Return each record exactly as it appears, so that nothing is dropped or altered.

----------

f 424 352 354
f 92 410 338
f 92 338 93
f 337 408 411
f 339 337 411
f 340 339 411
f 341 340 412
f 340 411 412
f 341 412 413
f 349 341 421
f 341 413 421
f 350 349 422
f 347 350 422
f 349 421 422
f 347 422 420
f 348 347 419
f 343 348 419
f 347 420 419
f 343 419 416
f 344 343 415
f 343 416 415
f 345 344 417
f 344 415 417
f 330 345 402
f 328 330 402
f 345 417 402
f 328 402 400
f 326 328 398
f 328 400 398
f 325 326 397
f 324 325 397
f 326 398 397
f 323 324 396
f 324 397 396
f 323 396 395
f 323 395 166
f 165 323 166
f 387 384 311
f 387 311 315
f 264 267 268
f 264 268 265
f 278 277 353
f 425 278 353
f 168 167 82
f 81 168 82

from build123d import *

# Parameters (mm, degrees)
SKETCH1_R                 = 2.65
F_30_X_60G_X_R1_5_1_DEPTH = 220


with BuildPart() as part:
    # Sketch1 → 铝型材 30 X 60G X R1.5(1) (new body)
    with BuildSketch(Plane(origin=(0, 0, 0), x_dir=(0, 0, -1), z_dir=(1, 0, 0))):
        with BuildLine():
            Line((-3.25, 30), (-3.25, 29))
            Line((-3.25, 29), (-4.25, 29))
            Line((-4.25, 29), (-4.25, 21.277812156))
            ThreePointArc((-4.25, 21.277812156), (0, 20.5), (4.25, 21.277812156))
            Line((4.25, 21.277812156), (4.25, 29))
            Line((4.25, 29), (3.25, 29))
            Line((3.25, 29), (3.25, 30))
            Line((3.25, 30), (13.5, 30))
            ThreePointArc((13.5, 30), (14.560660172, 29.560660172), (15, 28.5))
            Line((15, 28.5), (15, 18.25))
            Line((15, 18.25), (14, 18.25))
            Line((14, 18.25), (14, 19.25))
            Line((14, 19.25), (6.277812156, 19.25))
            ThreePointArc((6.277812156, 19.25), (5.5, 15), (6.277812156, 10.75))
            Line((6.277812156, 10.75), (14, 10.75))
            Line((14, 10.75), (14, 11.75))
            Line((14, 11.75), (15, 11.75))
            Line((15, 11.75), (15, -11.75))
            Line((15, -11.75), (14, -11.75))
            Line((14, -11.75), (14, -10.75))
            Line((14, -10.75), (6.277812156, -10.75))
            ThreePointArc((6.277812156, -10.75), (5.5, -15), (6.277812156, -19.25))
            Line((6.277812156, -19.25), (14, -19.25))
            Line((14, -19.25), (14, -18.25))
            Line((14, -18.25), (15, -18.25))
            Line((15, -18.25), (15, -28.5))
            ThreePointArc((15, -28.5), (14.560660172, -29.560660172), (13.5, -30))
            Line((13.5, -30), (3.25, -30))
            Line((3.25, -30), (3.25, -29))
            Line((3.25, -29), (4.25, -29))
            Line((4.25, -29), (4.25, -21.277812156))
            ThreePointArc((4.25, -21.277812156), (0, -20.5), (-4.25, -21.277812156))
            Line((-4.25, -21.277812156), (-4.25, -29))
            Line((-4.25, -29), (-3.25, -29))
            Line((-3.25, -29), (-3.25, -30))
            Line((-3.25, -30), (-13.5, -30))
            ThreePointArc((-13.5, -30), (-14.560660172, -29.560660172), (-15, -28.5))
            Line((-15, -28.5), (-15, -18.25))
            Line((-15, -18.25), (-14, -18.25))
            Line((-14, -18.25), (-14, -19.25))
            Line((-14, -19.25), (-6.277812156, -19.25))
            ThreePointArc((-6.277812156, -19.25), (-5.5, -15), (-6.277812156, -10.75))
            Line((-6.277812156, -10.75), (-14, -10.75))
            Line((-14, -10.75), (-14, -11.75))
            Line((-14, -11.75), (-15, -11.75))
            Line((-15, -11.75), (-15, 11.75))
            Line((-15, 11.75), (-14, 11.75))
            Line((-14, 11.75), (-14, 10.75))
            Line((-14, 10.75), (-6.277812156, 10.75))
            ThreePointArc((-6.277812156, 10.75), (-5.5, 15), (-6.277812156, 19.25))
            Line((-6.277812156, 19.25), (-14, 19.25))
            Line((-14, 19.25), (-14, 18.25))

----------

Answer →
f 424 352 354
f 92 410 338
f 92 338 93
f 337 408 411
f 339 337 411
f 340 339 411
f 341 340 412
f 340 411 412
f 341 412 413
f 349 341 421
f 341 413 421
f 350 349 422
f 347 350 422
f 349 421 422
f 347 422 420
f 348 347 419
f 343 348 419
f 347 420 419
f 343 419 416
f 344 343 415
f 343 416 415
f 345 344 417
f 344 415 417
f 330 345 402
f 328 330 402
f 345 417 402
f 328 402 400
f 326 328 398
f 328 400 398
f 325 326 397
f 324 325 397
f 326 398 397
f 323 324 396
f 324 397 396
f 323 396 395
f 323 395 166
f 165 323 166
f 387 384 311
f 387 311 315
f 264 267 268
f 264 268 265
f 278 277 353
f 425 278 353
f 168 167 82
f 81 168 82

from build123d import *

# Parameters (mm, degrees)
SKETCH1_R                 = 2.65
F_30_X_60G_X_R1_5_1_DEPTH = 220


with BuildPart() as part:
    # Sketch1 → 铝型材 30 X 60G X R1.5(1) (new body)
    with BuildSketch(Plane(origin=(0, 0, 0), x_dir=(0, 0, -1), z_dir=(1, 0, 0))):
        with BuildLine():
            Line((-3.25, 30), (-3.25, 29))
            Line((-3.25, 29), (-4.25, 29))
            Line((-4.25, 29), (-4.25, 21.277812156))
            ThreePointArc((-4.25, 21.277812156), (0, 20.5), (4.25, 21.277812156))
            Line((4.25, 21.277812156), (4.25, 29))
            Line((4.25, 29), (3.25, 29))
            Line((3.25, 29), (3.25, 30))
            Line((3.25, 30), (13.5, 30))
            ThreePointArc((13.5, 30), (14.560660172, 29.560660172), (15, 28.5))
            Line((15, 28.5), (15, 18.25))
            Line((15, 18.25), (14, 18.25))
            Line((14, 18.25), (14, 19.25))
            Line((14, 19.25), (6.277812156, 19.25))
            ThreePointArc((6.277812156, 19.25), (5.5, 15), (6.277812156, 10.75))
            Line((6.277812156, 10.75), (14, 10.75))
            Line((14, 10.75), (14, 11.75))
            Line((14, 11.75), (15, 11.75))
            Line((15, 11.75), (15, -11.75))
            Line((15, -11.75), (14, -11.75))
            Line((14, -11.75), (14, -10.75))
            Line((14, -10.75), (6.277812156, -10.75))
            ThreePointArc((6.277812156, -10.75), (5.5, -15), (6.277812156, -19.25))
            Line((6.277812156, -19.25), (14, -19.25))
            Line((14, -19.25), (14, -18.25))
            Line((14, -18.25), (15, -18.25))
            Line((15, -18.25), (15, -28.5))
            ThreePointArc((15, -28.5), (14.560660172, -29.560660172), (13.5, -30))
            Line((13.5, -30), (3.25, -30))
            Line((3.25, -30), (3.25, -29))
            Line((3.25, -29), (4.25, -29))
            Line((4.25, -29), (4.25, -21.277812156))
            ThreePointArc((4.25, -21.277812156), (0, -20.5), (-4.25, -21.277812156))
            Line((-4.25, -21.277812156), (-4.25, -29))
            Line((-4.25, -29), (-3.25, -29))
            Line((-3.25, -29), (-3.25, -30))
            Line((-3.25, -30), (-13.5, -30))
            ThreePointArc((-13.5, -30), (-14.560660172, -29.560660172), (-15, -28.5))
            Line((-15, -28.5), (-15, -18.25))
            Line((-15, -18.25), (-14, -18.25))
            Line((-14, -18.25), (-14, -19.25))
            Line((-14, -19.25), (-6.277812156, -19.25))
            ThreePointArc((-6.277812156, -19.25), (-5.5, -15), (-6.277812156, -10.75))
            Line((-6.277812156, -10.75), (-14, -10.75))
            Line((-14, -10.75), (-14, -11.75))
            Line((-14, -11.75), (-15, -11.75))
            Line((-15, -11.75), (-15, 11.75))
            Line((-15, 11.75), (-14, 11.75))
            Line((-14, 11.75), (-14, 10.75))
            Line((-14, 10.75), (-6.277812156, 10.75))
            ThreePointArc((-6.277812156, 10.75), (-5.5, 15), (-6.277812156, 19.25))
            Line((-6.277812156, 19.25), (-14, 19.25))
            Line((-14, 19.25), (-14, 18.25))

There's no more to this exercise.